Fig. 2: GICs treated with AZD8055 and rapamycin showing that autophagy suppressed GICs proliferation and self-renewal.
figure 2

a The representative images of GICs neurospheres showed that neurosphere formation ability of GICs was significantly inhibited by AZD8055 and rapamycin treatment. n = 5, Scale bar = 200 µm. b The quantification of numbers and diameter of the GICs neurospheres showing that neurosphere formation ability of GICs were obviously inhibited after AZD8055 and rapamycin treatment. c The ability of GICs proliferation were showed by cell viability assay. d The ability of GICs self-renewal was detected by in vitro limiting dilution assay. Data are shown as means ± s.d, n = 5, #P = NS, *P < 0.05, **P < 0.01, likelihood ratio test. Data in b, c are shown as means ± s.d., n = 5, *P  < 0.05, **P  < 0.01, Student’s t-test

To further verify that whether the GIC self-renewal impairment is caused by autophagy rather than by mTOR pathway inhibition, we introduced 3-methyladenine (3-MA), an early stage autophagy inhibitor36, is widely studied in cancers37,38. In this part, 3-MA concentration is 0.5 mM, as a low concentration maintaining about 85% cells survival (Supp. Fig. 2a, b). GICs were treated with DMSO, AZD8055, 3-MA, and AZD8055 + 3-MA combination, respectively. In western blot, changes of LC3B expression showed that 3-MA with 0.5 mM inhibited AZD8055-induced autophagy (Supp. Fig. 2c, d). The neurosphere formation assay revealed that AZD8055 suppressed GICs neurosphere formation. Intriguingly, after combined treatment with 3-MA, neurosphere disruption was reversed (Fig. 3a). By quantifying and measuring the diameter of the neurospheres from U87 and U251 cells, we measured the effectiveness of AZD8055 with or without 0.5 mM 3-MA (Fig. 3b). What’s more, 3-MA showed an antagonistic effect on AZD8055-mediated reduction of GICs proliferation (Fig. 3c). For limiting dilution assays, similarly, AZD8055 + 3-MA treatment decreased the fraction of wells without neurosphere much more than AZD8055 treatment alone (Fig. 3d). These results confirmed that autophagy directly suppressed GIC self-renewal capacity.

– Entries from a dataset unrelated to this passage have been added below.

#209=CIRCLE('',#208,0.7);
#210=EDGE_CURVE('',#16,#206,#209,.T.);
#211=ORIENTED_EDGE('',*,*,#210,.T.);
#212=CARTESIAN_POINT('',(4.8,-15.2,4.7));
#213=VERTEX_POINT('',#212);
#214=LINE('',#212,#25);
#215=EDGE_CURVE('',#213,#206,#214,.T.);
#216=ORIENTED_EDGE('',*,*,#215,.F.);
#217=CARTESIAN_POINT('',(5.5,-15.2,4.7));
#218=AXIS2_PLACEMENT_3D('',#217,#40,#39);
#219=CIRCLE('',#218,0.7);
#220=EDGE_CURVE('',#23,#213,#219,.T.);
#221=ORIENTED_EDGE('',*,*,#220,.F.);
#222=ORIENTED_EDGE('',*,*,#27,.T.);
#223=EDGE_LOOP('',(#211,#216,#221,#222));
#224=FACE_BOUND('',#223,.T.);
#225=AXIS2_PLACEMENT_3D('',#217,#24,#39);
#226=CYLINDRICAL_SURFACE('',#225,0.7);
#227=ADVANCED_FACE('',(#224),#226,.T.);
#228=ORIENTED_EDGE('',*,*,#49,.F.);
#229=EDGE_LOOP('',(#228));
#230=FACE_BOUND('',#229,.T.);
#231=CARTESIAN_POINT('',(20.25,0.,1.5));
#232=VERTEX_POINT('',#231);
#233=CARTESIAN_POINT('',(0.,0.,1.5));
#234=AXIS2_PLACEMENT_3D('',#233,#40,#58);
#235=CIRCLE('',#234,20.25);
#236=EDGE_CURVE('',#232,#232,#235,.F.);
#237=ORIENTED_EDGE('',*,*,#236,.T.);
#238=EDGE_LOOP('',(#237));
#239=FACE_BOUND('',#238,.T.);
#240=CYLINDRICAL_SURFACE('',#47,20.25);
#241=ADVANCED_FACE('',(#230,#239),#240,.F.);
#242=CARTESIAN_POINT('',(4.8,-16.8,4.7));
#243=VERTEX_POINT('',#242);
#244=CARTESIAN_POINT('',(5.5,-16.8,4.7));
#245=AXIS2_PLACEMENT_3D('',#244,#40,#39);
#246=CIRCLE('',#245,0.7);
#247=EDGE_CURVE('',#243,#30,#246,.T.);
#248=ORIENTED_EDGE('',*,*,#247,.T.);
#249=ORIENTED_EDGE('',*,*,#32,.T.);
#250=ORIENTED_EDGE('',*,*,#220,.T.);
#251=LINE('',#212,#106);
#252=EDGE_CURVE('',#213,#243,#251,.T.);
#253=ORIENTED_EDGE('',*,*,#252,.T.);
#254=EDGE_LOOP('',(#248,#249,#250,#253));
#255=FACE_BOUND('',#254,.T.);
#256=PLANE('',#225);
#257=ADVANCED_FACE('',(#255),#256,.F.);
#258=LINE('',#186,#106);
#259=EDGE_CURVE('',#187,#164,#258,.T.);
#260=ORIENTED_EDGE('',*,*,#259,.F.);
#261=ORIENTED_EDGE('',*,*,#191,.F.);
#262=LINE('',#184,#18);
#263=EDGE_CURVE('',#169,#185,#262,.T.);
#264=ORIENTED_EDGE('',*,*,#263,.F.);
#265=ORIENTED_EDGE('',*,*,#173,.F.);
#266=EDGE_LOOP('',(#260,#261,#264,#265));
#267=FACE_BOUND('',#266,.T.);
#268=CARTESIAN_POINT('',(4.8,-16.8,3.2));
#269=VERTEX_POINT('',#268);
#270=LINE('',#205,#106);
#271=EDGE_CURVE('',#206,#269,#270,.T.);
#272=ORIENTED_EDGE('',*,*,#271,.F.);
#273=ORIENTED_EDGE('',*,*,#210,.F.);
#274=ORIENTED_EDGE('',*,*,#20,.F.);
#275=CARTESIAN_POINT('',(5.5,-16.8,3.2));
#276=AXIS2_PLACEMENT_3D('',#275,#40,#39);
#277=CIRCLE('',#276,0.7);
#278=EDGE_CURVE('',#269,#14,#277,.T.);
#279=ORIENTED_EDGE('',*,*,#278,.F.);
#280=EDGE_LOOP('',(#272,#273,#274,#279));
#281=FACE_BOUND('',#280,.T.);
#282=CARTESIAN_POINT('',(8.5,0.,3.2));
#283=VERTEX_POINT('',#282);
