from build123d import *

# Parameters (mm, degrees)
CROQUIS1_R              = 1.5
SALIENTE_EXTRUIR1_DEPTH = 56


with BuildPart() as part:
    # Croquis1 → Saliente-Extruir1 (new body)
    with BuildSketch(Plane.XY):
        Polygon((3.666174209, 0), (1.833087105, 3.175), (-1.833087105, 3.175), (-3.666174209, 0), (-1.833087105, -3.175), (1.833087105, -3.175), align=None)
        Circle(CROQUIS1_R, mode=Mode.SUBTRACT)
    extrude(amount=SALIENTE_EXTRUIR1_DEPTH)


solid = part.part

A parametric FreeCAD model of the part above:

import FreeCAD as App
import Part
import Sketcher
from FreeCAD import Vector
Q = App.Units.Quantity


def add_polygon(sketch, points):
    """Adds a closed chain of lines whose ends are joined by coincident constraints."""
    first, n = sketch.GeometryCount, len(points)
    for a, b in zip(points, points[1:] + points[:1]):
        sketch.addGeometry(Part.LineSegment(App.Vector(*a, 0), App.Vector(*b, 0)), False)
    for i in range(n):
        sketch.addConstraint(Sketcher.Constraint("Coincident", first + i, 2, first + (i + 1) % n, 1))

doc = App.newDocument("Part")
body = doc.addObject("PartDesign::Body", "Body")

sketch1 = doc.addObject("Sketcher::SketchObject", "Sketch")
body.addObject(sketch1)
sketch1.AttachmentSupport = (doc.XY_Plane, [""])
sketch1.MapMode = "FlatFace"
add_polygon(sketch1, [(3.666174, 0), (1.833087, 3.175), (-1.833087, 3.175), (-3.666174, 0), (-1.833087, -3.175), (1.833087, -3.175)])
sketch1.addGeometry(Part.Circle(Vector(0, 0, 0), Vector(0, 0, 1), 1.5), False)
sketch1.addConstraint([
    Sketcher.Constraint("Horizontal", 1),
    Sketcher.Constraint("Horizontal", 4),
    Sketcher.Constraint("Coincident", 6, 3, -1, 1),
    Sketcher.Constraint("Symmetric", 0, 2, 3, 2, -1, 1),
    Sketcher.Constraint("Symmetric", 2, 2, 5, 2, -1, 1),
    Sketcher.Constraint("PointOnObject", 2, 2, -1),
    Sketcher.Constraint("Parallel", 2, 5),
    Sketcher.Constraint("Vertical", 1, 2, 3, 2),
    Sketcher.Constraint("Diameter", 6, 3.0),
    Sketcher.Constraint("Angle", 0, Q("120 deg")),
    Sketcher.Constraint("DistanceY", 3, 2, 1, 2, 6.35),
    Sketcher.Constraint("DistanceX", 1, 2, 1, 1, 3.666174),
])
pad1 = doc.addObject("PartDesign::Pad", "Pad")
body.addObject(pad1)
pad1.Profile = sketch1
pad1.Length = 56

doc.recompute()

Fig. 3: 3-MA counteracted the suppression of AZD8055 on GICs self-renewal and proliferation.
figure 3

a The representative images of GICs neurospheres showed that self-renewal ability of GICs was significantly inhibited by DMSO, AZD8055, and AZD8055 combined with 3-MA treatment. n = 5, Scale bar = 200 µm. b The quantification of numbers and diameter of the GICs neurospheres showed that neurosphere formation ability of GICs was rescued after 3-MA treatment. c The ability of GICs proliferation was detected by cell viability assay. d The ability of GICs self-renewal were detected by in vitro limiting dilution assay. Data are shown as means ± s.d, n = 5, *P < 0.05, **P < 0.01, likelihood ratio test. Data in b, c are shown as means ± s.d., n = 5, *P  < 0.05, **P < 0.01, Student’s t-test

The expression of stem cell markers, CD133 and Nestin, and cell differentiation marker, GFAP, was also measured in U87 and U251 GICs. AZD8055 and rapamycin treatments decreased Nestin and CD133 and increased GFAP expressions at protein level (Fig. 4a–e). Treatment with 0.3 μM AZD8055 and 3 μM rapamycin significantly suppressed GIC stemness maintenance as illustrated by western blot and immunofluorescence staining. These results reveal that AZD8055 and rapamycin-induced-autophagy suppressed self-renewal and proliferation of U87 and U251 neurospheres.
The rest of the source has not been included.